Rioja81 · 26/12/2023 20:15

There's a lot of back story that'll take too long. But to summarise, I'm the older sister,arrived with a number of children. Younger sister is single and has recently (a couple of years ago) had some fairly serious health issues. Totally fine now. We get on ok, are a close family but sister and I aren't very close, we are very different characters and there is a lot of 'water under the bridge '.

Because of this water, DH isn't her biggest fan, but he is welcoming to her and was very supportive during her illness etc.

Anyway. We were hosting this year, sister and my parents (they love 5 mins away, she has a room there but lives elsewhere).

Parents hinted that she would like to stay with us Christmas Eve, I said that wouldn't work as we don't have the space. To be honest, we also don't have the kind of 'easy' relaxed relationship where I would want her to stay over if not necessary, I knew that we would all be together from the Sat through till Monday anyway and DH and I could do with time to decompress without her there.

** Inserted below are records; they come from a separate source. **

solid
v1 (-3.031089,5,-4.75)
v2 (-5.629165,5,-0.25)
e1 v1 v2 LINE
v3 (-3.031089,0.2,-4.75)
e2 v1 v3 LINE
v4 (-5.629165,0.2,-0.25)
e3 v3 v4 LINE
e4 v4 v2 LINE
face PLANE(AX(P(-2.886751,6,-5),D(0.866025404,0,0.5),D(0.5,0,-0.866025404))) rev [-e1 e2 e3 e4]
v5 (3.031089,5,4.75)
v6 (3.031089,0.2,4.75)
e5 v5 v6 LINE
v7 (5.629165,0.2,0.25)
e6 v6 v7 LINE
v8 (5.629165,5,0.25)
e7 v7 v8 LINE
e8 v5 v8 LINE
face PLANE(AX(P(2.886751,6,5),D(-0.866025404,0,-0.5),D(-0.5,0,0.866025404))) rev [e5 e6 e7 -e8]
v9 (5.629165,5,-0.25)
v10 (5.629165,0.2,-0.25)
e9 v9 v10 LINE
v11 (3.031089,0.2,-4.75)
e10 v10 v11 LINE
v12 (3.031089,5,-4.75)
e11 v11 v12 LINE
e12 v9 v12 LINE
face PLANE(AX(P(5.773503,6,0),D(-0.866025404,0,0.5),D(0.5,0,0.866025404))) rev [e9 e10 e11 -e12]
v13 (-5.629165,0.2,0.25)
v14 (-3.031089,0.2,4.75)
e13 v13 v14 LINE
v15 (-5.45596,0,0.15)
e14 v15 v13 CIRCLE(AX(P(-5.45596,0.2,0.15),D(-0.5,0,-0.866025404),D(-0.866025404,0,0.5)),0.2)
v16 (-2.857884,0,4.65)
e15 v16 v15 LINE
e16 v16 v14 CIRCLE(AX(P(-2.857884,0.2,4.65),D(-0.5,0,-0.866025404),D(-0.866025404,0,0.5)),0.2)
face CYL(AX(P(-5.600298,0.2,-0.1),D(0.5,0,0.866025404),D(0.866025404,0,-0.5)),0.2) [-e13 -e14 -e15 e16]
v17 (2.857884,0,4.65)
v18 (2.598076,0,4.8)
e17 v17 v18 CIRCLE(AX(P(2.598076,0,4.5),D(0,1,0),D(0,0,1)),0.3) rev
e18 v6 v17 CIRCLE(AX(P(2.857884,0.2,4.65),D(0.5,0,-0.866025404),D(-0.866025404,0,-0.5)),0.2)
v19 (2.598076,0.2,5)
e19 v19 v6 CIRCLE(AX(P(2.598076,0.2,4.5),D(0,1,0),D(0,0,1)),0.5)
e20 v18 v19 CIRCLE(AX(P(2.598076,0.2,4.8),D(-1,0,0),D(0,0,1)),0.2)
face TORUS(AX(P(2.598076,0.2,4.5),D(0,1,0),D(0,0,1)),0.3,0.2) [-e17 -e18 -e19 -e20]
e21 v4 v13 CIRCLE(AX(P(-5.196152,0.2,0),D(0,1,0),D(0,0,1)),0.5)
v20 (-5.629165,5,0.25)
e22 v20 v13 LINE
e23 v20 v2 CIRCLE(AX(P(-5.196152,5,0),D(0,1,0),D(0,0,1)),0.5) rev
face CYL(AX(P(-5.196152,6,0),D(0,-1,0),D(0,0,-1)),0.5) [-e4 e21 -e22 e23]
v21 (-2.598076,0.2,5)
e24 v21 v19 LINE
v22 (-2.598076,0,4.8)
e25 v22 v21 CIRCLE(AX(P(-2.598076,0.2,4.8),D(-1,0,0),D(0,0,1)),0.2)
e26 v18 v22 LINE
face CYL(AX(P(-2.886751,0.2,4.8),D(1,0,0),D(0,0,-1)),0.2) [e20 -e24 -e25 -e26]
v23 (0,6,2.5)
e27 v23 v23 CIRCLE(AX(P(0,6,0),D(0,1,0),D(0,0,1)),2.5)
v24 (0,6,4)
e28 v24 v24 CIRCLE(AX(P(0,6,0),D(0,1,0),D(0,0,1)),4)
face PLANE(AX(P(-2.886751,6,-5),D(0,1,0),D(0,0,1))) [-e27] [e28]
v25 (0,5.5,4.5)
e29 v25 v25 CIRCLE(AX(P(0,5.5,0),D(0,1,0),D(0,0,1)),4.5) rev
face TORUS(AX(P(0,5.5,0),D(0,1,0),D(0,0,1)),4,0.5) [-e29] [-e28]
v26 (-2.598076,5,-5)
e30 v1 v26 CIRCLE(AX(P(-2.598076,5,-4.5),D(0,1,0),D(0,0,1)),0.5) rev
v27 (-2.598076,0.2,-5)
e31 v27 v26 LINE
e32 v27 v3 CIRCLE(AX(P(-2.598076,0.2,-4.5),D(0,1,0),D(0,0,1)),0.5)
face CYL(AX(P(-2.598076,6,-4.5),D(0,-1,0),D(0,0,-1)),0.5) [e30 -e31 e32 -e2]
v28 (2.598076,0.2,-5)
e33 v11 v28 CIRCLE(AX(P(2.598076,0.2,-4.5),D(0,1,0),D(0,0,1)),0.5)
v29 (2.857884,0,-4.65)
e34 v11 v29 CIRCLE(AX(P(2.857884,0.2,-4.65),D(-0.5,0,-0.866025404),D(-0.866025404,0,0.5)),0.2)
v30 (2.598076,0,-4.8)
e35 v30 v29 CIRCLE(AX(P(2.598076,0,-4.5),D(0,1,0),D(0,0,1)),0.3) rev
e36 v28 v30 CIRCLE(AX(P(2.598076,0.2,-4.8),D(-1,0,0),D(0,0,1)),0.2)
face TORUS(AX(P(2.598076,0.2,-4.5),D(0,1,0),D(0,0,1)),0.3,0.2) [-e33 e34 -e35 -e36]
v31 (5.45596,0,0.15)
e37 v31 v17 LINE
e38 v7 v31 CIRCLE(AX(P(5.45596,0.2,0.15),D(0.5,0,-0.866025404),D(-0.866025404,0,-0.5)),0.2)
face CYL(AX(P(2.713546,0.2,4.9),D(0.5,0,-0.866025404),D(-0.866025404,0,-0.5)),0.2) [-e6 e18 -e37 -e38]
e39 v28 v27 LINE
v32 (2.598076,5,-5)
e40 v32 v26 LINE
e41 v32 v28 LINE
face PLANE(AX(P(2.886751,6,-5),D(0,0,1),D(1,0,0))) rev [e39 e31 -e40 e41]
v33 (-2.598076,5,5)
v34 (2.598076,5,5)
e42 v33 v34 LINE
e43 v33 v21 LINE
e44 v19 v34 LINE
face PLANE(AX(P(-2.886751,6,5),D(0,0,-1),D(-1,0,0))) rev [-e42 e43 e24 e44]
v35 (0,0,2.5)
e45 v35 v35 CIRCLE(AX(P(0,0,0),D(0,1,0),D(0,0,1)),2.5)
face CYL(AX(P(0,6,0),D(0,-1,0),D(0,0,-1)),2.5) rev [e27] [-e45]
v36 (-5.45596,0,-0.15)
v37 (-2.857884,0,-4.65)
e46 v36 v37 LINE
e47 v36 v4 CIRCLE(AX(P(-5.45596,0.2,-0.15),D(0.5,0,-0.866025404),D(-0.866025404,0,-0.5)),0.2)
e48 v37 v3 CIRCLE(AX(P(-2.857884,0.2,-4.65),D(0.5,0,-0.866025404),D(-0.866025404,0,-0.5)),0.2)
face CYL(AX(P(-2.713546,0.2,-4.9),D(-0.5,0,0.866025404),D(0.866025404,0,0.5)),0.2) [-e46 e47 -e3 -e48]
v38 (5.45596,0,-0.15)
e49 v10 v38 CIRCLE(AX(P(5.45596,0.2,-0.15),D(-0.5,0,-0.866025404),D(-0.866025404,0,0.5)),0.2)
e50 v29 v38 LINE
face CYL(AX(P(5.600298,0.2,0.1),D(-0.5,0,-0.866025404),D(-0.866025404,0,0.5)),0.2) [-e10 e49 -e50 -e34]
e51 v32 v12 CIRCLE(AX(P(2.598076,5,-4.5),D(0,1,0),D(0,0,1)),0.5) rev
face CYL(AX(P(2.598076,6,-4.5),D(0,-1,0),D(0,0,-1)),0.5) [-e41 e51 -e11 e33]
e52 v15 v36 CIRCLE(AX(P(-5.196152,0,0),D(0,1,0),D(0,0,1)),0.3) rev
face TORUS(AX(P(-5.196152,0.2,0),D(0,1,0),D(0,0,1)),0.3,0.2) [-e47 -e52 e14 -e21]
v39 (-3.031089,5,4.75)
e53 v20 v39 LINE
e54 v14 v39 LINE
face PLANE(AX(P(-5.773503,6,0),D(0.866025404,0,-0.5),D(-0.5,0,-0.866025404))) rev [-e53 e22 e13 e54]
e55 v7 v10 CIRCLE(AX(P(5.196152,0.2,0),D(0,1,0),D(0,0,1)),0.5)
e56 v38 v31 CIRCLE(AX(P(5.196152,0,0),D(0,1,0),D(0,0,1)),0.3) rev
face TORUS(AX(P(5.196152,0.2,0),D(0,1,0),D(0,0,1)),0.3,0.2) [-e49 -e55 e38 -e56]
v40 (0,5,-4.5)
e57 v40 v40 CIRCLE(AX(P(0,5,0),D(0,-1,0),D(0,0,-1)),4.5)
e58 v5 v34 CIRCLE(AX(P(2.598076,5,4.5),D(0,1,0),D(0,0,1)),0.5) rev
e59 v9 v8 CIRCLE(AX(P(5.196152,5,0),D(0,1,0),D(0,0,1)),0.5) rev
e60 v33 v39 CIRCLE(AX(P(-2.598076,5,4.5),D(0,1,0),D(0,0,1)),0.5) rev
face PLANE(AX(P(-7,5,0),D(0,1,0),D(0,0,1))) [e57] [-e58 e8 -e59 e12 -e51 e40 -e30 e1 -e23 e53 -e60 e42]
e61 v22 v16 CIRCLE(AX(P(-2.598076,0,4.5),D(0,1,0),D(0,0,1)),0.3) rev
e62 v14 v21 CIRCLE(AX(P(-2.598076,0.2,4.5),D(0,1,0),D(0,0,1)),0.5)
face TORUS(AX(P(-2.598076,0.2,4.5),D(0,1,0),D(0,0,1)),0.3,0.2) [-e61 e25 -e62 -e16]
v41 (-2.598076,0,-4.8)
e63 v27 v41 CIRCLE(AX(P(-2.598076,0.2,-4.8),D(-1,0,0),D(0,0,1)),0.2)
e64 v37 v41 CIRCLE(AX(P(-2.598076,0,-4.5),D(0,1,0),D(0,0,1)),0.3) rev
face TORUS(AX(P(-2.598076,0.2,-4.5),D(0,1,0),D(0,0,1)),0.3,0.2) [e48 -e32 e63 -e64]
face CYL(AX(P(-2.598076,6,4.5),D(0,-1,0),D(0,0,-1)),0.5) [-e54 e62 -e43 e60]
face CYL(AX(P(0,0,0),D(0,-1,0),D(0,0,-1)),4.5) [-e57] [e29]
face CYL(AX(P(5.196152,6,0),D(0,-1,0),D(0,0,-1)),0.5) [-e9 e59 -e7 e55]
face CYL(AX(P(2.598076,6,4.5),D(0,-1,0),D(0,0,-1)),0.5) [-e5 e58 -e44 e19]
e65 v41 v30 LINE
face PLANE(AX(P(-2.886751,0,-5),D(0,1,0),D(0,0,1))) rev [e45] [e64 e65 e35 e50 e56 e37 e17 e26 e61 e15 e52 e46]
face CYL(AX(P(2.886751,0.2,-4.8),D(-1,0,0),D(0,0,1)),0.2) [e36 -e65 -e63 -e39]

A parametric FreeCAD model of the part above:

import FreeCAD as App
import Part
import Sketcher
from FreeCAD import Vector
Q = App.Units.Quantity


def edges_at(feature, points):
    """Names of the edges that pass closest to the given points."""
    edges = feature.Shape.Edges
    near = lambda p: min(range(len(edges)), key=lambda i: edges[i].distToShape(Part.Vertex(*p))[0])
    return sorted({f"Edge{near(p) + 1}" for p in points})


def add_polygon(sketch, points):
    """Adds a closed chain of lines whose ends are joined by coincident constraints."""
    first, n = sketch.GeometryCount, len(points)
    for a, b in zip(points, points[1:] + points[:1]):
        sketch.addGeometry(Part.LineSegment(App.Vector(*a, 0), App.Vector(*b, 0)), False)
    for i in range(n):
        sketch.addConstraint(Sketcher.Constraint("Coincident", first + i, 2, first + (i + 1) % n, 1))

doc = App.newDocument("Part")
body = doc.addObject("PartDesign::Body", "Body")

sketch1 = body.newObject("Sketcher::SketchObject", "Sketch")
sketch1.AttachmentSupport = (doc.getObject("XZ_Plane"), [""])
sketch1.MapMode = "FlatFace"
add_polygon(sketch1, [(-2.9, -5), (-5.8, 0), (-2.9, 5), (2.9, 5), (5.8, 0), (2.9, -5)])
sketch1.addGeometry(Part.Circle(Vector(0, 0, 0), Vector(0, 0, 1), 2.5), False)
sketch1.addConstraint([
    Sketcher.Constraint("Horizontal", 2),
    Sketcher.Constraint("Horizontal", 5),
    Sketcher.Constraint("Coincident", 6, 3, -1, 1),
    Sketcher.Constraint("Symmetric", 0, 2, 3, 2, -1, 1),
    Sketcher.Constraint("Symmetric", 1, 2, 4, 2, -1, 1),
    Sketcher.Constraint("PointOnObject", 0, 2, -1),
    Sketcher.Constraint("Parallel", 0, 3),
    Sketcher.Constraint("Vertical", 2, 2, 4, 2),
    Sketcher.Constraint("Diameter", 6, 5.0),
    Sketcher.Constraint("Angle", 0, Q("120 deg")),
    Sketcher.Constraint("DistanceY", -1, 1, 1, 2, 5.0),
    Sketcher.Constraint("DistanceX", 2, 1, 2, 2, 5.773503),
])
pad1 = body.newObject("PartDesign::Pad", "Pad")
pad1.Profile = sketch1
pad1.Length = 6
pad1.Reversed = True
doc.recompute()

fillet = body.newObject("PartDesign::Fillet", "Fillet")
fillet.Base = (pad1, edges_at(pad1, [
    (2.887, 3, -5),
    (5.774, 3, 0),
    (2.887, 3, 5),
    (-2.887, 3, 5),
    (-5.774, 3, 0),
    (-2.887, 3, -5),
]))
fillet.Radius = 0.5
doc.recompute()

fillet2 = body.newObject("PartDesign::Fillet", "Fillet001")
fillet2.Base = (fillet, edges_at(fillet, [
    (-4.33, 0, -2.5),
    (-4.33, 6, -2.5),
    (0, 0, -5),
    (4.33, 0, -2.5),
    (4.33, 0, 2.5),
    (0, 0, 5),
    (-4.33, 0, 2.5),
    (-2.848, 0, 4.933),
    (-5.696, 0, 0),
    (2.848, 0, 4.933),
    (5.696, 0, 0),
    (2.848, 0, -4.933),
    (-2.848, 0, -4.933),
    (0, 6, -5),
    (-4.33, 6, 2.5),
    (0, 6, 5),
    (4.33, 6, 2.5),
    (4.33, 6, -2.5),
    (-2.848, 6, 4.933),
    (-5.696, 6, 0),
    (2.848, 6, 4.933),
    (5.696, 6, 0),
    (2.848, 6, -4.933),
    (-2.848, 6, -4.933),
]))
fillet2.Radius = 0.2

sketch2 = body.newObject("Sketcher::SketchObject", "Sketch001")
sketch2.AttachmentSupport = (doc.getObject("XY_Plane"), [""])
sketch2.MapMode = "FlatFace"
add_polygon(sketch2, [(-7, 6), (-7, 5), (-4.5, 5), (-4.5, 6)])
sketch2.addConstraint([
    Sketcher.Constraint("Vertical", 0),
    Sketcher.Constraint("Horizontal", 1),
    Sketcher.Constraint("Vertical", 2),
    Sketcher.Constraint("Horizontal", 3),
    Sketcher.Constraint("DistanceY", 0, 2, 0, 1, 1.0),
    Sketcher.Constraint("DistanceX", 1, 1, 1, 2, 2.5),
    Sketcher.Constraint("DistanceX", 0, 2, -1, 1, 7.0),
    Sketcher.Constraint("DistanceY", -1, 1, 0, 2, 5.0),
])
groove = body.newObject("PartDesign::Groove", "Groove")
groove.Profile = sketch2
groove.ReferenceAxis = (sketch2, ["V_Axis"])
groove.Angle = 360
doc.recompute()

fillet3 = body.newObject("PartDesign::Fillet", "Fillet002")
fillet3.Base = (groove, edges_at(groove, [(4.5, 6, 0)]))
fillet3.Radius = 0.5

doc.recompute()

So we have them round on the Saturday for drinks etc, halfway through she asks again if she can stay over (but in a really wheedling tone, it was very obviously done in front of the kids and my parents to make it harder to say no). Again, I say that won't work for us for various logistical reasons.

She got tearful, disappeared for 10 mins or so, then we all carried on. Then she asked me to go elsewhere with her for a chat away from DH etc, and basically had a bit of a tantrum. A lot of tears, and accusations of my being cold, closed off, unsupportive, she might go to her grave without seeing any children opening stockings etc. Eventually I cave, as I always do. DH overhears, and says in front of my parents that this always happens, tears to get her own way. I beg him to just give in for my sake, as the tension and inevitable recriminations on me are too much to take at Christmas. Which he does, gracefully. Tells her it'll be fine etc.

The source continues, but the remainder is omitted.